───── Available data ─────

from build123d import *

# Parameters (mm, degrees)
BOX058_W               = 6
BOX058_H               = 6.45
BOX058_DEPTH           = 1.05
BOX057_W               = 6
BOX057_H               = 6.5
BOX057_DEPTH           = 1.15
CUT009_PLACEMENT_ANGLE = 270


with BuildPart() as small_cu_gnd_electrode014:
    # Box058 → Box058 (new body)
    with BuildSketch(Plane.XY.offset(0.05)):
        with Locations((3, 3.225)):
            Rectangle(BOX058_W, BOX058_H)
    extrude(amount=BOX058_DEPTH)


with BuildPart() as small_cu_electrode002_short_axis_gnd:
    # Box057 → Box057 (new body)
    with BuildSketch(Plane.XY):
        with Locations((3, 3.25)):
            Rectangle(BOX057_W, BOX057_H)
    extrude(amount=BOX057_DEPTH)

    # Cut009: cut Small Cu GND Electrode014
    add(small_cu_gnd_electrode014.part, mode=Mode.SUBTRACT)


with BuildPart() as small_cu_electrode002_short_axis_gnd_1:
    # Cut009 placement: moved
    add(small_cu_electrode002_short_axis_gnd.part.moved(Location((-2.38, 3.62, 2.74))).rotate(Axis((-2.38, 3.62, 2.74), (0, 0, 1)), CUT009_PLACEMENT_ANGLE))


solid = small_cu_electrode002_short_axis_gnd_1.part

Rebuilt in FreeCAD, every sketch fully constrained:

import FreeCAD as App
import Part
import Sketcher
from FreeCAD import Vector

doc = App.newDocument("Part")
body = doc.addObject("PartDesign::Body", "Body")

# Sketch on XY plane
sketch1 = body.newObject("Sketcher::SketchObject", "Sketch")
sketch1.AttachmentSupport = (doc.getObject("XY_Plane"), [""])
sketch1.MapMode = "FlatFace"
sketch1.AttachmentOffset = App.Placement(Vector(0, 0, 0.05), App.Rotation())
sketch1.addGeometry(Part.LineSegment(Vector(0, 6, 0), Vector(0, 0, 0)), False)
sketch1.addGeometry(Part.LineSegment(Vector(0, 0, 0), Vector(6, 0, 0)), False)
sketch1.addGeometry(Part.LineSegment(Vector(6, 0, 0), Vector(6, 6, 0)), False)
sketch1.addGeometry(Part.LineSegment(Vector(6, 6, 0), Vector(0, 6, 0)), False)
sketch1.addConstraint(Sketcher.Constraint("Coincident", 0, 2, 1, 1))
sketch1.addConstraint(Sketcher.Constraint("Coincident", 1, 2, 2, 1))
sketch1.addConstraint(Sketcher.Constraint("Coincident", 2, 2, 3, 1))
sketch1.addConstraint(Sketcher.Constraint("Coincident", 3, 2, 0, 1))
sketch1.addConstraint(Sketcher.Constraint("Vertical", 0))
sketch1.addConstraint(Sketcher.Constraint("Horizontal", 1))
sketch1.addConstraint(Sketcher.Constraint("Vertical", 2))
sketch1.addConstraint(Sketcher.Constraint("Horizontal", 3))
sketch1.addConstraint(Sketcher.Constraint("Coincident", 0, 2, -1, 1))
sketch1.addConstraint(Sketcher.Constraint("DistanceX", 1, 1, 1, 2, 6.0))
sketch1.addConstraint(Sketcher.Constraint("DistanceY", 0, 2, 0, 1, 6.45))
pad1 = body.newObject("PartDesign::Pad", "Pad")
pad1.Profile = sketch1
pad1.Length = 1.05
body2 = doc.addObject("PartDesign::Body", "Body001")

# Sketch on XY plane
sketch2 = body2.newObject("Sketcher::SketchObject", "Sketch001")
sketch2.AttachmentSupport = (doc.getObject("XY_Plane001"), [""])
sketch2.MapMode = "FlatFace"
sketch2.addGeometry(Part.LineSegment(Vector(0, 6, 0), Vector(0, 0, 0)), False)
sketch2.addGeometry(Part.LineSegment(Vector(0, 0, 0), Vector(6, 0, 0)), False)
sketch2.addGeometry(Part.LineSegment(Vector(6, 0, 0), Vector(6, 6, 0)), False)
sketch2.addGeometry(Part.LineSegment(Vector(6, 6, 0), Vector(0, 6, 0)), False)
sketch2.addConstraint(Sketcher.Constraint("Coincident", 0, 2, 1, 1))
sketch2.addConstraint(Sketcher.Constraint("Coincident", 1, 2, 2, 1))
sketch2.addConstraint(Sketcher.Constraint("Coincident", 2, 2, 3, 1))
sketch2.addConstraint(Sketcher.Constraint("Coincident", 3, 2, 0, 1))
sketch2.addConstraint(Sketcher.Constraint("Vertical", 0))
sketch2.addConstraint(Sketcher.Constraint("Horizontal", 1))
sketch2.addConstraint(Sketcher.Constraint("Vertical", 2))
sketch2.addConstraint(Sketcher.Constraint("Horizontal", 3))
sketch2.addConstraint(Sketcher.Constraint("Coincident", 0, 2, -1, 1))
sketch2.addConstraint(Sketcher.Constraint("DistanceX", 1, 1, 1, 2, 6.0))
sketch2.addConstraint(Sketcher.Constraint("DistanceY", 0, 2, 0, 1, 6.5))
pad2 = body2.newObject("PartDesign::Pad", "Pad001")
pad2.Profile = sketch2
pad2.Length = 1.15
doc.recompute()

boolean = body2.newObject("PartDesign::Boolean", "Boolean")
boolean.Type = "Cut"
boolean.addObjects([body])
body3 = doc.addObject("PartDesign::Body", "Body002")
doc.recompute()

body2.Placement = App.Placement(Vector(-2.38, 3.62, 2.74), App.Rotation(Vector(0, 0, 1), 270))
boolean2 = body3.newObject("PartDesign::Boolean", "Boolean001")
boolean2.Type = "Fuse"
boolean2.addObjects([body2])

doc.recompute()
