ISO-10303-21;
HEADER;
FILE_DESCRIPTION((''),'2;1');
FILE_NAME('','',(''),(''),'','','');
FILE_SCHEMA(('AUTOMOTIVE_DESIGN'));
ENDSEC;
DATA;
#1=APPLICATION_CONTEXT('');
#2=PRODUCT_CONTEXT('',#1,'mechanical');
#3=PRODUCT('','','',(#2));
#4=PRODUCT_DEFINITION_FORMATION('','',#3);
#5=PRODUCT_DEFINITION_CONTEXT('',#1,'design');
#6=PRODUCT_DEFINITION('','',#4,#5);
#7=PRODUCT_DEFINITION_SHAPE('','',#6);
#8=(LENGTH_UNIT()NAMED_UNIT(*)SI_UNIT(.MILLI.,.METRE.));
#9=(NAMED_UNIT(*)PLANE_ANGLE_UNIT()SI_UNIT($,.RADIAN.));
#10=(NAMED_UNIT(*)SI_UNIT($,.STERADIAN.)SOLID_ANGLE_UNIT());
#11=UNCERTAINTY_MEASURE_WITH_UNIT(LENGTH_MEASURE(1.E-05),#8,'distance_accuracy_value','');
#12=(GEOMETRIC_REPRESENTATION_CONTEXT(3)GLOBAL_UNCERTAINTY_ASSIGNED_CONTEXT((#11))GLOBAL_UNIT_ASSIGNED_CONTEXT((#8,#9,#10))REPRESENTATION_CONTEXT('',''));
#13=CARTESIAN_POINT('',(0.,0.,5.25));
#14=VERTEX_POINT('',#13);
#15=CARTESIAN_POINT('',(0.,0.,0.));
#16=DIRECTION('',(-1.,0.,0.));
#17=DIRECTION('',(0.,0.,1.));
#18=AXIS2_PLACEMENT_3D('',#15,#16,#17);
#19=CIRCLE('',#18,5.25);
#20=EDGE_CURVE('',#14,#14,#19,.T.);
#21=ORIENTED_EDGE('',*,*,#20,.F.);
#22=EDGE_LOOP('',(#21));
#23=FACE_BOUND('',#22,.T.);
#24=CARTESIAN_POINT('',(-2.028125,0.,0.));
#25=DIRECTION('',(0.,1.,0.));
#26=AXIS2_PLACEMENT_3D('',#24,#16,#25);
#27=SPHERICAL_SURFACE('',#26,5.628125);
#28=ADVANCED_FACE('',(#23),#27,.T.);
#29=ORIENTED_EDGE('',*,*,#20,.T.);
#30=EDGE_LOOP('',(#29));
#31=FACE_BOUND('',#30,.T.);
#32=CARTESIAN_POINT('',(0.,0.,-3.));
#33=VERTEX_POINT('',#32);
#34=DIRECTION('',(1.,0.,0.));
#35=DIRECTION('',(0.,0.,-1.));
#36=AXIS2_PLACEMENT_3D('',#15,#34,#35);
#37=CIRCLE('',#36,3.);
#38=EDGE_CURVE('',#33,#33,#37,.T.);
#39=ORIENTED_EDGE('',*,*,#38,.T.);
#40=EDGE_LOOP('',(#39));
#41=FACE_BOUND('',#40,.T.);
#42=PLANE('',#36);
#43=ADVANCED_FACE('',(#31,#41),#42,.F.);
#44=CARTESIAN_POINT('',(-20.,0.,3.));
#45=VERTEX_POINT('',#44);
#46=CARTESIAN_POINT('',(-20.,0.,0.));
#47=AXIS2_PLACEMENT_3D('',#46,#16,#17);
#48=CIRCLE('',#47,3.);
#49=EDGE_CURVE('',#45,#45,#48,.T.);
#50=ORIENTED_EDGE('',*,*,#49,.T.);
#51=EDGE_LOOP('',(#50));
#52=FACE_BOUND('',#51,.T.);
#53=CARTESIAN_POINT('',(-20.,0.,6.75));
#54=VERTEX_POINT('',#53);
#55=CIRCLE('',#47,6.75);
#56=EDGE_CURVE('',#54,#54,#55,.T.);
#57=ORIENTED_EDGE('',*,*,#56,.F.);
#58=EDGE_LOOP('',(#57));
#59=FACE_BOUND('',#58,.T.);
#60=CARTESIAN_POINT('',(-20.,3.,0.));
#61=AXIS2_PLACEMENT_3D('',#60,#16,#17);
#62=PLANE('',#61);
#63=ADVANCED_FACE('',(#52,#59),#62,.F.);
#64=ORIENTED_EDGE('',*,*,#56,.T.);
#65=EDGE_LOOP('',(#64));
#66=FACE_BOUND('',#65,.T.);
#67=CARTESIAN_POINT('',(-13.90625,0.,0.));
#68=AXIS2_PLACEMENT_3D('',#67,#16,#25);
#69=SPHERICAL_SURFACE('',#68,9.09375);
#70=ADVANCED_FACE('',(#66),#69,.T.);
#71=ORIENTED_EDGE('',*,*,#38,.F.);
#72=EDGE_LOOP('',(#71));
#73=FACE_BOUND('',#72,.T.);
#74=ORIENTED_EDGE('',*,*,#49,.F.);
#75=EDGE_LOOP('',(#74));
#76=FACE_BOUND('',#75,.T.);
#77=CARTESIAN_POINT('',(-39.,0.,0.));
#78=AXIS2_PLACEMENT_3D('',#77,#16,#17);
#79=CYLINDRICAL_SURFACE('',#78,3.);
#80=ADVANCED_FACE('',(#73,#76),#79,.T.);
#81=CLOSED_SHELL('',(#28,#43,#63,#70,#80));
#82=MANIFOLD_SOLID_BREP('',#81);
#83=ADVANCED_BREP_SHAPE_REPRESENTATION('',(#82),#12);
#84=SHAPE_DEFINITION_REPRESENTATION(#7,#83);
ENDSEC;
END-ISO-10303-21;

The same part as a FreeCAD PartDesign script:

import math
import FreeCAD as App
import Part
import Sketcher

V = App.Vector
Q = App.Units.Quantity

doc = App.newDocument("Part")
params = doc.addObject("Spreadsheet::Sheet", "Params")
for row, (alias, value) in enumerate([
    ("sketch1_width", "23 mm"),
    ("sketch1_width2", "20 mm"),
    ("sketch1_height", "3 mm"),
    ("sketch1_height2", "3.75 mm"),
    ("revolution_angle", "360 deg"),
    ("sketch2_width", "3.6 mm"),
    ("sketch2_height", "5.25 mm"),
    ("revolution2_angle", "360 deg"),
], start=1):
    params.set(f"A{row}", alias)
    params.set(f"B{row}", "=" + value)
    params.setAlias(f"B{row}", alias)

body = doc.addObject("PartDesign::Body", "Body")

# Sketch on XY plane
sketch1 = body.newObject("Sketcher::SketchObject", "Sketch")
sketch1.AttachmentSupport = (doc.getObject("XY_Plane"), [""])
sketch1.MapMode = "FlatFace"
sketch1.addGeometry(Part.LineSegment(V(-23, 0, 0), V(0, 0, 0)), False)
sketch1.addGeometry(Part.LineSegment(V(0, 0, 0), V(0, 3, 0)), False)
sketch1.addGeometry(Part.LineSegment(V(0, 3, 0), V(-20, 3, 0)), False)
sketch1.addGeometry(Part.LineSegment(V(-20, 3, 0), V(-20, 6.75, 0)), False)
sketch1.addGeometry(Part.ArcOfCircle(Part.Circle(V(-13.90625, 0, 0), V(0, 0, 1), 9.09375), math.radians(132.075022), math.radians(180)), False)
sketch1.addConstraint(Sketcher.Constraint("Coincident", 0, 2, 1, 1))
sketch1.addConstraint(Sketcher.Constraint("Coincident", 1, 2, 2, 1))
sketch1.addConstraint(Sketcher.Constraint("Coincident", 2, 2, 3, 1))
sketch1.addConstraint(Sketcher.Constraint("Coincident", 3, 2, 4, 1))
sketch1.addConstraint(Sketcher.Constraint("Coincident", 4, 2, 0, 1))
sketch1.addConstraint(Sketcher.Constraint("Horizontal", 0))
sketch1.addConstraint(Sketcher.Constraint("Vertical", 1))
sketch1.addConstraint(Sketcher.Constraint("Horizontal", 2))
sketch1.addConstraint(Sketcher.Constraint("Vertical", 3))
sketch1.addConstraint(Sketcher.Constraint("Coincident", 0, 2, -1, 1))
sketch1.addConstraint(Sketcher.Constraint("PointOnObject", 4, 3, -1))
sketch1.addConstraint(Sketcher.Constraint("DistanceX", 0, 1, 0, 2, Q("23 mm")))
sketch1.addConstraint(Sketcher.Constraint("DistanceX", 2, 2, 2, 1, Q("20 mm")))
sketch1.addConstraint(Sketcher.Constraint("DistanceY", 1, 1, 1, 2, Q("3 mm")))
sketch1.addConstraint(Sketcher.Constraint("DistanceY", 3, 1, 3, 2, Q("3.75 mm")))
sketch1.setExpression("Constraints[11]", "Params.sketch1_width")
sketch1.setExpression("Constraints[12]", "Params.sketch1_width2")
sketch1.setExpression("Constraints[13]", "Params.sketch1_height")
sketch1.setExpression("Constraints[14]", "Params.sketch1_height2")
revolution = body.newObject("PartDesign::Revolution", "Revolution")
revolution.Profile = sketch1
revolution.ReferenceAxis = (sketch1, ["H_Axis"])
revolution.setExpression("Angle", "Params.revolution_angle")

# Sketch on XY plane
sketch2 = body.newObject("Sketcher::SketchObject", "Sketch001")
sketch2.AttachmentSupport = (doc.getObject("XY_Plane"), [""])
sketch2.MapMode = "FlatFace"
sketch2.addGeometry(Part.LineSegment(V(0, 0, 0), V(3.6, 0, 0)), False)
sketch2.addGeometry(Part.ArcOfCircle(Part.Circle(V(-2.028125, 0, 0), V(0, 0, 1), 5.628125), math.radians(0), math.radians(68.877979)), False)
sketch2.addGeometry(Part.LineSegment(V(0, 5.25, 0), V(0, 0, 0)), False)
sketch2.addConstraint(Sketcher.Constraint("Coincident", 0, 2, 1, 1))
sketch2.addConstraint(Sketcher.Constraint("Coincident", 1, 2, 2, 1))
sketch2.addConstraint(Sketcher.Constraint("Coincident", 2, 2, 0, 1))
sketch2.addConstraint(Sketcher.Constraint("Horizontal", 0))
sketch2.addConstraint(Sketcher.Constraint("Vertical", 2))
sketch2.addConstraint(Sketcher.Constraint("Coincident", 2, 2, -1, 1))
sketch2.addConstraint(Sketcher.Constraint("PointOnObject", 1, 3, -1))
sketch2.addConstraint(Sketcher.Constraint("DistanceX", 0, 1, 0, 2, Q("3.6 mm")))
sketch2.addConstraint(Sketcher.Constraint("DistanceY", 2, 2, 2, 1, Q("5.25 mm")))
sketch2.setExpression("Constraints[7]", "Params.sketch2_width")
sketch2.setExpression("Constraints[8]", "Params.sketch2_height")
revolution2 = body.newObject("PartDesign::Revolution", "Revolution001")
revolution2.Profile = sketch2
revolution2.ReferenceAxis = (sketch2, ["H_Axis"])
revolution2.setExpression("Angle", "Params.revolution2_angle")

doc.recompute()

─────

> [Work item] Print, without alteration, only the lines above between the one holding "#67=CARTESIAN_POINT('',(-13.90625,0.,0.));" and the one holding "The same part", inclusive.

> [Written solution]
#67=CARTESIAN_POINT('',(-13.90625,0.,0.));
#68=AXIS2_PLACEMENT_3D('',#67,#16,#25);
#69=SPHERICAL_SURFACE('',#68,9.09375);
#70=ADVANCED_FACE('',(#66),#69,.T.);
#71=ORIENTED_EDGE('',*,*,#38,.F.);
#72=EDGE_LOOP('',(#71));
#73=FACE_BOUND('',#72,.T.);
#74=ORIENTED_EDGE('',*,*,#49,.F.);
#75=EDGE_LOOP('',(#74));
#76=FACE_BOUND('',#75,.T.);
#77=CARTESIAN_POINT('',(-39.,0.,0.));
#78=AXIS2_PLACEMENT_3D('',#77,#16,#17);
#79=CYLINDRICAL_SURFACE('',#78,3.);
#80=ADVANCED_FACE('',(#73,#76),#79,.T.);
#81=CLOSED_SHELL('',(#28,#43,#63,#70,#80));
#82=MANIFOLD_SOLID_BREP('',#81);
#83=ADVANCED_BREP_SHAPE_REPRESENTATION('',(#82),#12);
#84=SHAPE_DEFINITION_REPRESENTATION(#7,#83);
ENDSEC;
END-ISO-10303-21;

The same part as a FreeCAD PartDesign script:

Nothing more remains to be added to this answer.